286 U.S. App. D.C. 1, 911 F.2d 743, reversed and remanded.
Kennedy, J., delivered the opinion of the Court, in which
Rehnquist, C. J., and Stevens, O'Connor, Scalia, and Souter, JJ.,
joined. White, J., filed a dissenting opinion, in which Blackmun
and Thomas, JJ., joined.
-------------------------------
Nos. 90-1419 and 90-1769
--------
NATIONAL RAILROAD PASSENGER CORPORATION,
et al., PETITIONERS 90-1419 v.
BOSTON AND MAINE CORPORATION et al.
INTERSTATE COMMERCE COMISSION AND
UNITED STATES, PETITIONERS 90-1769 v.
BOSTON AND MAINE CORPORATION et al.
on writs of certiorari to the united states court of
appeals for the district of columbia circuit
[March 25, 1992]
Justice Kennedy delivered the opinion of the Court.
The Interstate Commerce Commission (ICC) issued an order, upon
the request of petitioner National Railroad Passenger
Corporation, requiring conveyance of 48.8 miles of railroad track
from respondent Boston and Maine Corporation (B&M) to the
Corporation. In these consolidated cases we must decide whether
the ICC's decision was based on a reasonable interpretation and
application of 402(d) of the Rail Passenger Service Act, 45 U. S.
C. 562(d), the statute the Corporation invoked in the proceeding.

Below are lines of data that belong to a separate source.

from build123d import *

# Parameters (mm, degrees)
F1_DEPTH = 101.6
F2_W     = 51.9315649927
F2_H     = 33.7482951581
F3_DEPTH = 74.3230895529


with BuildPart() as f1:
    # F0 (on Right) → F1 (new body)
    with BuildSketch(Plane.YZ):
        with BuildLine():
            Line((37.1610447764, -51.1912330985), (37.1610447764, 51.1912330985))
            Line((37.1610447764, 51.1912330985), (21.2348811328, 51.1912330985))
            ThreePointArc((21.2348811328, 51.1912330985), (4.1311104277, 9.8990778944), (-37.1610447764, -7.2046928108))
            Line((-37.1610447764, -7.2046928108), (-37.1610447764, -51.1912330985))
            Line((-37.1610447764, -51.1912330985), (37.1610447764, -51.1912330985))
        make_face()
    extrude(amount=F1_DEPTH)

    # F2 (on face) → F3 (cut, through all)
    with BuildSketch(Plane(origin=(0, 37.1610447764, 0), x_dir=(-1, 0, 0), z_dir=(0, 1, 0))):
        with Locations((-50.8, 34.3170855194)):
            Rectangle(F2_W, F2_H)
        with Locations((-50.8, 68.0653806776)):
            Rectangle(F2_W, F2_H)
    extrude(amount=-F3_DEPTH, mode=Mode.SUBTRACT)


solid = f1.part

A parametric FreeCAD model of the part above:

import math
import FreeCAD as App
import Part
import Sketcher


def add_polygon(sketch, points):
    """Adds a closed chain of lines whose ends are joined by coincident constraints."""
    first, n = sketch.GeometryCount, len(points)
    for a, b in zip(points, points[1:] + points[:1]):
        sketch.addGeometry(Part.LineSegment(App.Vector(*a, 0), App.Vector(*b, 0)), False)
    for i in range(n):
        sketch.addConstraint(Sketcher.Constraint("Coincident", first + i, 2, first + (i + 1) % n, 1))

doc = App.newDocument("Part")
params = doc.addObject("Spreadsheet::Sheet", "Params")
for row, (alias, value) in enumerate([
    ("pad1_length", "4 in"),
], start=1):
    params.set(f"A{row}", alias)
    params.set(f"B{row}", "=" + value)
    params.setAlias(f"B{row}", alias)

body = doc.addObject("PartDesign::Body", "Body")

sketch1 = doc.addObject("Sketcher::SketchObject", "Sketch")
body.addObject(sketch1)
sketch1.AttachmentSupport = (doc.YZ_Plane, [""])
sketch1.MapMode = "FlatFace"
sketch1.addGeometry([
    Part.LineSegment(App.Vector(37, -51, 0), App.Vector(37, 51, 0)),
    Part.LineSegment(App.Vector(37, 51, 0), App.Vector(21, 51, 0)),
    Part.ArcOfCircle(Part.Circle(App.Vector(-37, 51, 0), App.Vector(0, 0, 1), 58), math.radians(-90), math.radians(0)),
    Part.LineSegment(App.Vector(-37, -7, 0), App.Vector(-37, -51, 0)),
    Part.LineSegment(App.Vector(-37, -51, 0), App.Vector(37, -51, 0)),
], False)
sketch1.addConstraint([
    Sketcher.Constraint("Coincident", 0, 2, 1, 1),
    Sketcher.Constraint("Coincident", 1, 2, 2, 2),
    Sketcher.Constraint("Coincident", 2, 1, 3, 1),
    Sketcher.Constraint("Coincident", 3, 2, 4, 1),
    Sketcher.Constraint("Coincident", 4, 2, 0, 1),
    Sketcher.Constraint("Vertical", 0),
    Sketcher.Constraint("Horizontal", 1),
    Sketcher.Constraint("Vertical", 3),
    Sketcher.Constraint("Horizontal", 4),
    Sketcher.Constraint("Symmetric", 0, 2, 3, 2, -1, 1),
    Sketcher.Constraint("Horizontal", 2, 3, 0, 2),
    Sketcher.Constraint("Radius", 2, 58.395926),
    Sketcher.Constraint("DistanceX", 4, 1, 4, 2, 74.32209),
    Sketcher.Constraint("DistanceY", 3, 2, 3, 1, 43.98654),
    Sketcher.Constraint("DistanceX", 1, 2, 1, 1, 15.926164),
])
pad1 = doc.addObject("PartDesign::Pad", "Pad")
body.addObject(pad1)
pad1.Profile = sketch1
pad1.setExpression("Length", "Params.pad1_length")

sketch2 = doc.addObject("Sketcher::SketchObject", "Sketch001")
body.addObject(sketch2)
sketch2.AttachmentSupport = (doc.XZ_Plane, [""])
sketch2.MapMode = "FlatFace"
sketch2.AttachmentOffset = App.Placement(App.Vector(0, 0, -37.161045), App.Rotation())
add_polygon(sketch2, [(77, 17), (25, 17), (25, 85), (77, 85)])
sketch2.addConstraint([
    Sketcher.Constraint("Horizontal", 0),
    Sketcher.Constraint("Vertical", 1),
    Sketcher.Constraint("Horizontal", 2),
    Sketcher.Constraint("Vertical", 3),
    Sketcher.Constraint("DistanceY", 1, 1, 1, 2, 67.49659),
    Sketcher.Constraint("DistanceX", 0, 2, 0, 1, 51.931565),
    Sketcher.Constraint("DistanceY", -1, 1, 1, 2, 84.939528),
    Sketcher.Constraint("DistanceX", -1, 1, 0, 2, 24.834218),
])
pocket1 = doc.addObject("PartDesign::Pocket", "Pocket")
body.addObject(pocket1)
pocket1.Profile = sketch2
pocket1.Type = "ThroughAll"
pocket1.Reversed = True

doc.recompute()
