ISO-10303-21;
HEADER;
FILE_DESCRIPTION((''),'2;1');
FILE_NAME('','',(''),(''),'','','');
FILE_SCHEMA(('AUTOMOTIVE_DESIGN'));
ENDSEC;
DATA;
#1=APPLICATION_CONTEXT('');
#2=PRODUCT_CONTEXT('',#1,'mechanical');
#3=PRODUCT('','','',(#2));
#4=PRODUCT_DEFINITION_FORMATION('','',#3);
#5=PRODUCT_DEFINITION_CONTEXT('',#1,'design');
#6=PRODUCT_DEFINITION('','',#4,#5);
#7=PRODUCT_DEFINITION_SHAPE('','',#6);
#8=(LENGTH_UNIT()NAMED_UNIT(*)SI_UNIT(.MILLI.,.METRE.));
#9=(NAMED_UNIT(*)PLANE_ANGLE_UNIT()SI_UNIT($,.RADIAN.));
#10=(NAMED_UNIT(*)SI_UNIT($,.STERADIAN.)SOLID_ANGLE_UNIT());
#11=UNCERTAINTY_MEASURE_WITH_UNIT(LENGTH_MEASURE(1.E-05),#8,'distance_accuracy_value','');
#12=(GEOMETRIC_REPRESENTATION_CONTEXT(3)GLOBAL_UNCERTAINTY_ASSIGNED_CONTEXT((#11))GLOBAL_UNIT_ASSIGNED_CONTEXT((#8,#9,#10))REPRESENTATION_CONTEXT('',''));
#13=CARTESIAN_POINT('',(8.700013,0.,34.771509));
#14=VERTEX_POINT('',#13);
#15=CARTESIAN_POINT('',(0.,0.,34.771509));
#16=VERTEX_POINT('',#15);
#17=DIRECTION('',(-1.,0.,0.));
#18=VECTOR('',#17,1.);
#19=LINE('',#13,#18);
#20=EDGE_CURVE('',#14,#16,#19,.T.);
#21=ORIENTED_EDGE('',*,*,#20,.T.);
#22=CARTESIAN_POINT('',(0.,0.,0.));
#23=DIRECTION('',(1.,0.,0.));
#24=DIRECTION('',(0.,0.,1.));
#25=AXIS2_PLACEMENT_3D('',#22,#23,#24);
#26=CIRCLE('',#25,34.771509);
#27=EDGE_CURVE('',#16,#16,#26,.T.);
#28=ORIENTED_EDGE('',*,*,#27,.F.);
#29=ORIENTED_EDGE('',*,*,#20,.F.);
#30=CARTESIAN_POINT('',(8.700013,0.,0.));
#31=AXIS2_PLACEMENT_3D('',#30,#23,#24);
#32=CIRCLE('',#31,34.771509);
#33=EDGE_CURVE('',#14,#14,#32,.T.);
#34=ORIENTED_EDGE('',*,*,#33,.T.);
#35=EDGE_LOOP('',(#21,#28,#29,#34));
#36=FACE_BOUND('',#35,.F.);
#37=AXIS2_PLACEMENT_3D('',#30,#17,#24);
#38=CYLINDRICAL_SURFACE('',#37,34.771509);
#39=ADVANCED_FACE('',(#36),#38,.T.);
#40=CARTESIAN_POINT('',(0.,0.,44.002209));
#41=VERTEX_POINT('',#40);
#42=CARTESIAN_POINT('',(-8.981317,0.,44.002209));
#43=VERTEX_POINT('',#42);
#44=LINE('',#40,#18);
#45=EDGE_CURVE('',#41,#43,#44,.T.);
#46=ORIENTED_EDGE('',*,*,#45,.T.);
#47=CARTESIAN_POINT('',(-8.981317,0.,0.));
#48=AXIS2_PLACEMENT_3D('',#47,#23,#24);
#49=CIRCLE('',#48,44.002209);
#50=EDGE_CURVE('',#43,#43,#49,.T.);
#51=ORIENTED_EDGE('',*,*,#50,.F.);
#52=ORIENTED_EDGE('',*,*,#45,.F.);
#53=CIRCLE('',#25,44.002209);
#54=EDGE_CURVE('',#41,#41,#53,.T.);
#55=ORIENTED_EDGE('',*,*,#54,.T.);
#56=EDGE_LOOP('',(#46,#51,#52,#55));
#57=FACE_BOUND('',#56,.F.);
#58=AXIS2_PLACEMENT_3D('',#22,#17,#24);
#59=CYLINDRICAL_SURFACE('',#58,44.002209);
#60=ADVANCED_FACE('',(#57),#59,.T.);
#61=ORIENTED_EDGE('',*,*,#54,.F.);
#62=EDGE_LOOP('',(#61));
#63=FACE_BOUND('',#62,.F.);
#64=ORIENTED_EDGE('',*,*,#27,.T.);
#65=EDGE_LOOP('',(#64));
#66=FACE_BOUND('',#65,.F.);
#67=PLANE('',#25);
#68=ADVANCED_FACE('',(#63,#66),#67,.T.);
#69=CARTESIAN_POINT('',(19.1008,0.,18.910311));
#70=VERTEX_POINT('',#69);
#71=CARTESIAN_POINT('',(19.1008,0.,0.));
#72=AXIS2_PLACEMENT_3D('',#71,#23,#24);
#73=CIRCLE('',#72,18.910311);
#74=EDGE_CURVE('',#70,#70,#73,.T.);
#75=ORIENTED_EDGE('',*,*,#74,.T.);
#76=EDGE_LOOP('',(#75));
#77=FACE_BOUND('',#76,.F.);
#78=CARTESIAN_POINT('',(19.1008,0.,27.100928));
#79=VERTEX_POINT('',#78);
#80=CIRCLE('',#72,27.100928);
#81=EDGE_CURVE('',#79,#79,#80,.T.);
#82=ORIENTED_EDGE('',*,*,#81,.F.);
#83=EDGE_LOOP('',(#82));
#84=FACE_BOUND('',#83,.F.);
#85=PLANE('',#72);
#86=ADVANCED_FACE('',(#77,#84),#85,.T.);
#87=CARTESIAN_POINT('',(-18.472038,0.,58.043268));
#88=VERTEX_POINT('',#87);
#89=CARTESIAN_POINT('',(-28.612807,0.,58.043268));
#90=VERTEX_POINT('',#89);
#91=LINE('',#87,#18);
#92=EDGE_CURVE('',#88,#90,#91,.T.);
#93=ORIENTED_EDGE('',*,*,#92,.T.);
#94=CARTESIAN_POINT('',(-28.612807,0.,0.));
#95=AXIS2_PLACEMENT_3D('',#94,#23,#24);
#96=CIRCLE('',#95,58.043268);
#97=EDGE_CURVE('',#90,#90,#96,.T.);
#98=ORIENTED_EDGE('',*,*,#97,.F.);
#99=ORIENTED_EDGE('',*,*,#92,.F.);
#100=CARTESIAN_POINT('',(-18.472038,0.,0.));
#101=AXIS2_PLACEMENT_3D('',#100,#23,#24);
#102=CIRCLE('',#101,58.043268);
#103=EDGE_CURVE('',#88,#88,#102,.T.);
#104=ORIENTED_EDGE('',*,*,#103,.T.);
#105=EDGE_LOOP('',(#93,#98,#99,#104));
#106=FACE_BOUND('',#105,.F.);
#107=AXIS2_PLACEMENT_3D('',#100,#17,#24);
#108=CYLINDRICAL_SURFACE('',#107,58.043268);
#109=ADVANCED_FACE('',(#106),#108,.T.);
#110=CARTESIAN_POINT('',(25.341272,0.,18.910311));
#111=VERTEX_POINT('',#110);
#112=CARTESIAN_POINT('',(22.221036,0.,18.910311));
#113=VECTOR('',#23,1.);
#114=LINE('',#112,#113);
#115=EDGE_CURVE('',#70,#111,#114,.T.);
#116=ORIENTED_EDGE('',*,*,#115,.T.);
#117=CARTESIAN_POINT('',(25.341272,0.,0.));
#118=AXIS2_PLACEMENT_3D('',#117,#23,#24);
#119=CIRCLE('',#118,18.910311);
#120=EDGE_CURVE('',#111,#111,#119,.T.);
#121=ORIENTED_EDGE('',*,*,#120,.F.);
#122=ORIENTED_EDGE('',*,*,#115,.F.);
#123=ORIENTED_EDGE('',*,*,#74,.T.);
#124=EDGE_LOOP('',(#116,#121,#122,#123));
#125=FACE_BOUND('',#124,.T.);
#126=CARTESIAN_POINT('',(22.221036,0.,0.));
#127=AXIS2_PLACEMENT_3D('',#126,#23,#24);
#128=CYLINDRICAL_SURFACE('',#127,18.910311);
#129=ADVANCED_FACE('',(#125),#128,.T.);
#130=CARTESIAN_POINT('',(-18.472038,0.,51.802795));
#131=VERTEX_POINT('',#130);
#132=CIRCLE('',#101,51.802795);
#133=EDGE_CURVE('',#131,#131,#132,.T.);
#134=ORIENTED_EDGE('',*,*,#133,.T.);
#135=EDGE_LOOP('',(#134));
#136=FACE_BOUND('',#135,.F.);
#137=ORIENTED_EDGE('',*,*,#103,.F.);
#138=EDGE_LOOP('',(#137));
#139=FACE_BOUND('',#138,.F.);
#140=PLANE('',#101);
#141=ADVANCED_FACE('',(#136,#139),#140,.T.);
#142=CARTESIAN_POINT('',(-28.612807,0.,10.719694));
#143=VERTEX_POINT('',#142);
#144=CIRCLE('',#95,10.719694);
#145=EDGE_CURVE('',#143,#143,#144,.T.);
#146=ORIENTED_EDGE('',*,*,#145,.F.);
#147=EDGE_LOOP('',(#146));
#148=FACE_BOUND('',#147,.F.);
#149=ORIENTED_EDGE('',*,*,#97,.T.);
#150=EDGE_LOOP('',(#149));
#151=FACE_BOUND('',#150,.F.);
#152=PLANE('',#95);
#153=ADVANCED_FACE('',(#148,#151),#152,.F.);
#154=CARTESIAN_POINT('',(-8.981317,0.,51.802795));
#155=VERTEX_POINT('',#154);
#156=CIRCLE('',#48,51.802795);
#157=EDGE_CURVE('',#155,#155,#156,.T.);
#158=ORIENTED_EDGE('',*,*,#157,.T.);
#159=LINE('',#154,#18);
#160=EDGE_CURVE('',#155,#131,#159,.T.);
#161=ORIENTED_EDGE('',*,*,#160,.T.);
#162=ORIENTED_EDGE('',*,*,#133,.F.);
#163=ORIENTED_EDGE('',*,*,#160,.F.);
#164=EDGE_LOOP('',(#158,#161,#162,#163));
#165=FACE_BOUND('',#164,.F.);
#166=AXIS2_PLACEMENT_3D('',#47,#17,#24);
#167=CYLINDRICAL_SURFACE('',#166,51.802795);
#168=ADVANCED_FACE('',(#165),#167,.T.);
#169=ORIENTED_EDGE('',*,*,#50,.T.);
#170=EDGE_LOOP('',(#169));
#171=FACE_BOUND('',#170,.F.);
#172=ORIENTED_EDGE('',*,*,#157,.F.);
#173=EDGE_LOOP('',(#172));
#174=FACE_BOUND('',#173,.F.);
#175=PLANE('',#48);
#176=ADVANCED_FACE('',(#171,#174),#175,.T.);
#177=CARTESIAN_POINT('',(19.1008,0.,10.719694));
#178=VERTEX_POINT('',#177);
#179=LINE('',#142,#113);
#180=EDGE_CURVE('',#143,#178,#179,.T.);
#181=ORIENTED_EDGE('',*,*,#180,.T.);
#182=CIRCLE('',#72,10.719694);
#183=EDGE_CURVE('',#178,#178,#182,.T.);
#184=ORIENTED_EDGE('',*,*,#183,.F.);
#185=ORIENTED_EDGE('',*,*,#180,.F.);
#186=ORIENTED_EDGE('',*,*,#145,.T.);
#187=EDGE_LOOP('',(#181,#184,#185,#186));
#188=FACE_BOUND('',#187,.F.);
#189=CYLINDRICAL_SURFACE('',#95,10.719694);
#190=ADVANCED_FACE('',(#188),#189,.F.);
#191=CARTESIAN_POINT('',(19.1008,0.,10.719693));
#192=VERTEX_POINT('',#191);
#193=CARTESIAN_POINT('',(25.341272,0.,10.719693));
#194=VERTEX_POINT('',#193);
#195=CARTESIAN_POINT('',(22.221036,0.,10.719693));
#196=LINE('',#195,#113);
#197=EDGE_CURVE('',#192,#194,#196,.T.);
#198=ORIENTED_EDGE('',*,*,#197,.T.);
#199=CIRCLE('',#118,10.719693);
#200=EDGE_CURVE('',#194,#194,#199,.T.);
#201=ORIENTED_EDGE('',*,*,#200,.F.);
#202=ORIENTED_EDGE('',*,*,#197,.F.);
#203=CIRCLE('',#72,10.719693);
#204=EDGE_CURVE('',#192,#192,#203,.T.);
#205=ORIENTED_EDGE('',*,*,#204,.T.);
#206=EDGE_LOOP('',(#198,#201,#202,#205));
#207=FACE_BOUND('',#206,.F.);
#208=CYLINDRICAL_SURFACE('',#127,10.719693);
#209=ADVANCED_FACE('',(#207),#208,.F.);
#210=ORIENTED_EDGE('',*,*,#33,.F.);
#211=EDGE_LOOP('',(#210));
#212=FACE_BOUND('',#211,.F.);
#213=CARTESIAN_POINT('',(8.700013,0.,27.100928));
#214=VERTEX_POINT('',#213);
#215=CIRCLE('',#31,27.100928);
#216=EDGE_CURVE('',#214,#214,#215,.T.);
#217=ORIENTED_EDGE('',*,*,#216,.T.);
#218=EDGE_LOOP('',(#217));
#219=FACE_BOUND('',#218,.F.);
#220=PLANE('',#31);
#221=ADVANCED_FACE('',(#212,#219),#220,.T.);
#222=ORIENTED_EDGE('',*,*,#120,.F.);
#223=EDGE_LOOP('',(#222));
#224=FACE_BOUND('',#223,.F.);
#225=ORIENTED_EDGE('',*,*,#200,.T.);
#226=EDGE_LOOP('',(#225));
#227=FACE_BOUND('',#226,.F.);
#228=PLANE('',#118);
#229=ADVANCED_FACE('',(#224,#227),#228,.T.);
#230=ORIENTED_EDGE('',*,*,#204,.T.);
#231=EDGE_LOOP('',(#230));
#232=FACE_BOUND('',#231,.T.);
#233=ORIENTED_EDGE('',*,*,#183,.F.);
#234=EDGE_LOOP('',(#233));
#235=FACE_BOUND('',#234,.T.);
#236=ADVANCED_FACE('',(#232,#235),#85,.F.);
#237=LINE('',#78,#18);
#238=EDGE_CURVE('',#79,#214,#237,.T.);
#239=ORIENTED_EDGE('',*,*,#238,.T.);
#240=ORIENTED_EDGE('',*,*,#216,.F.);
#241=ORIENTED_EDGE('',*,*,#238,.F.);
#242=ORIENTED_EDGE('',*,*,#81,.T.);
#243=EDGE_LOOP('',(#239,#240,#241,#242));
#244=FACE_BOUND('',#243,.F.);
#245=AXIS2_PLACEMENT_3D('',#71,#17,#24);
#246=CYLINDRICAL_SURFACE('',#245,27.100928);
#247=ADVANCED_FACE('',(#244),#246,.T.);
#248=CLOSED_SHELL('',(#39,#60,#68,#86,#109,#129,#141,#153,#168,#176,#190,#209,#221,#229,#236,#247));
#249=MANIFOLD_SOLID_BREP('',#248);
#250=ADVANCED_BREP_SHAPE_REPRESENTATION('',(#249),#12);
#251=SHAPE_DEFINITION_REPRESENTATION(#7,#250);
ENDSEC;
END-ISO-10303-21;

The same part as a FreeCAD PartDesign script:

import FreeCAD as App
import Part
import Sketcher
from FreeCAD import Vector
Q = App.Units.Quantity

doc = App.newDocument("Part")
body = doc.addObject("PartDesign::Body", "Body")

sketch1 = body.newObject("Sketcher::SketchObject", "Sketch")
sketch1.AttachmentSupport = (doc.getObject("XZ_Plane"), [""])
sketch1.MapMode = "FlatFace"
sketch1.addGeometry(Part.LineSegment(Vector(-28.612807, 58.043268, 0), Vector(-28.612807, 10.719694, 0)), False)
sketch1.addGeometry(Part.LineSegment(Vector(-28.612807, 10.719694, 0), Vector(19.1008, 10.719694, 0)), False)
sketch1.addGeometry(Part.LineSegment(Vector(19.1008, 10.719693, 0), Vector(19.1008, 10.719694, 0)), False)
sketch1.addGeometry(Part.LineSegment(Vector(19.1008, 10.719693, 0), Vector(25.341272, 10.719693, 0)), False)
sketch1.addGeometry(Part.LineSegment(Vector(25.341272, 10.719693, 0), Vector(25.341272, 18.910311, 0)), False)
sketch1.addGeometry(Part.LineSegment(Vector(25.341272, 18.910311, 0), Vector(19.1008, 18.910311, 0)), False)
sketch1.addGeometry(Part.LineSegment(Vector(19.1008, 18.910311, 0), Vector(19.1008, 27.100928, 0)), False)
sketch1.addGeometry(Part.LineSegment(Vector(19.1008, 27.100928, 0), Vector(8.700013, 27.100928, 0)), False)
sketch1.addGeometry(Part.LineSegment(Vector(8.700013, 27.100928, 0), Vector(8.700013, 34.771509, 0)), False)
sketch1.addGeometry(Part.LineSegment(Vector(8.700013, 34.771509, 0), Vector(0, 34.771509, 0)), False)
sketch1.addGeometry(Part.LineSegment(Vector(0, 34.771509, 0), Vector(0, 44.002209, 0)), False)
sketch1.addGeometry(Part.LineSegment(Vector(0, 44.002209, 0), Vector(-8.981317, 44.002209, 0)), False)
sketch1.addGeometry(Part.LineSegment(Vector(-8.981317, 44.002209, 0), Vector(-8.981317, 51.802795, 0)), False)
sketch1.addGeometry(Part.LineSegment(Vector(-8.981317, 51.802795, 0), Vector(-18.472038, 51.802795, 0)), False)
sketch1.addGeometry(Part.LineSegment(Vector(-18.472038, 51.802795, 0), Vector(-18.472038, 58.043268, 0)), False)
sketch1.addGeometry(Part.LineSegment(Vector(-18.472038, 58.043268, 0), Vector(-28.612807, 58.043268, 0)), False)
sketch1.addConstraint(Sketcher.Constraint("Coincident", 0, 2, 1, 1))
sketch1.addConstraint(Sketcher.Constraint("Coincident", 1, 2, 2, 1))
sketch1.addConstraint(Sketcher.Constraint("Coincident", 2, 2, 3, 1))
sketch1.addConstraint(Sketcher.Constraint("Coincident", 3, 2, 4, 1))
sketch1.addConstraint(Sketcher.Constraint("Coincident", 4, 2, 5, 1))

We hold the ICC's decision is authorized by the statute, and so
reverse the judgment of the Court of Appeals for the District of
Columbia Circuit, which set aside the agency's action.
I
The National Railroad Passenger Corporation, or Amtrak, is a
private, for-profit corporation created by Congress in the Rail
Passenger Service Act of 1970 (RPSA), Pub. L. 91-518, 84 Stat.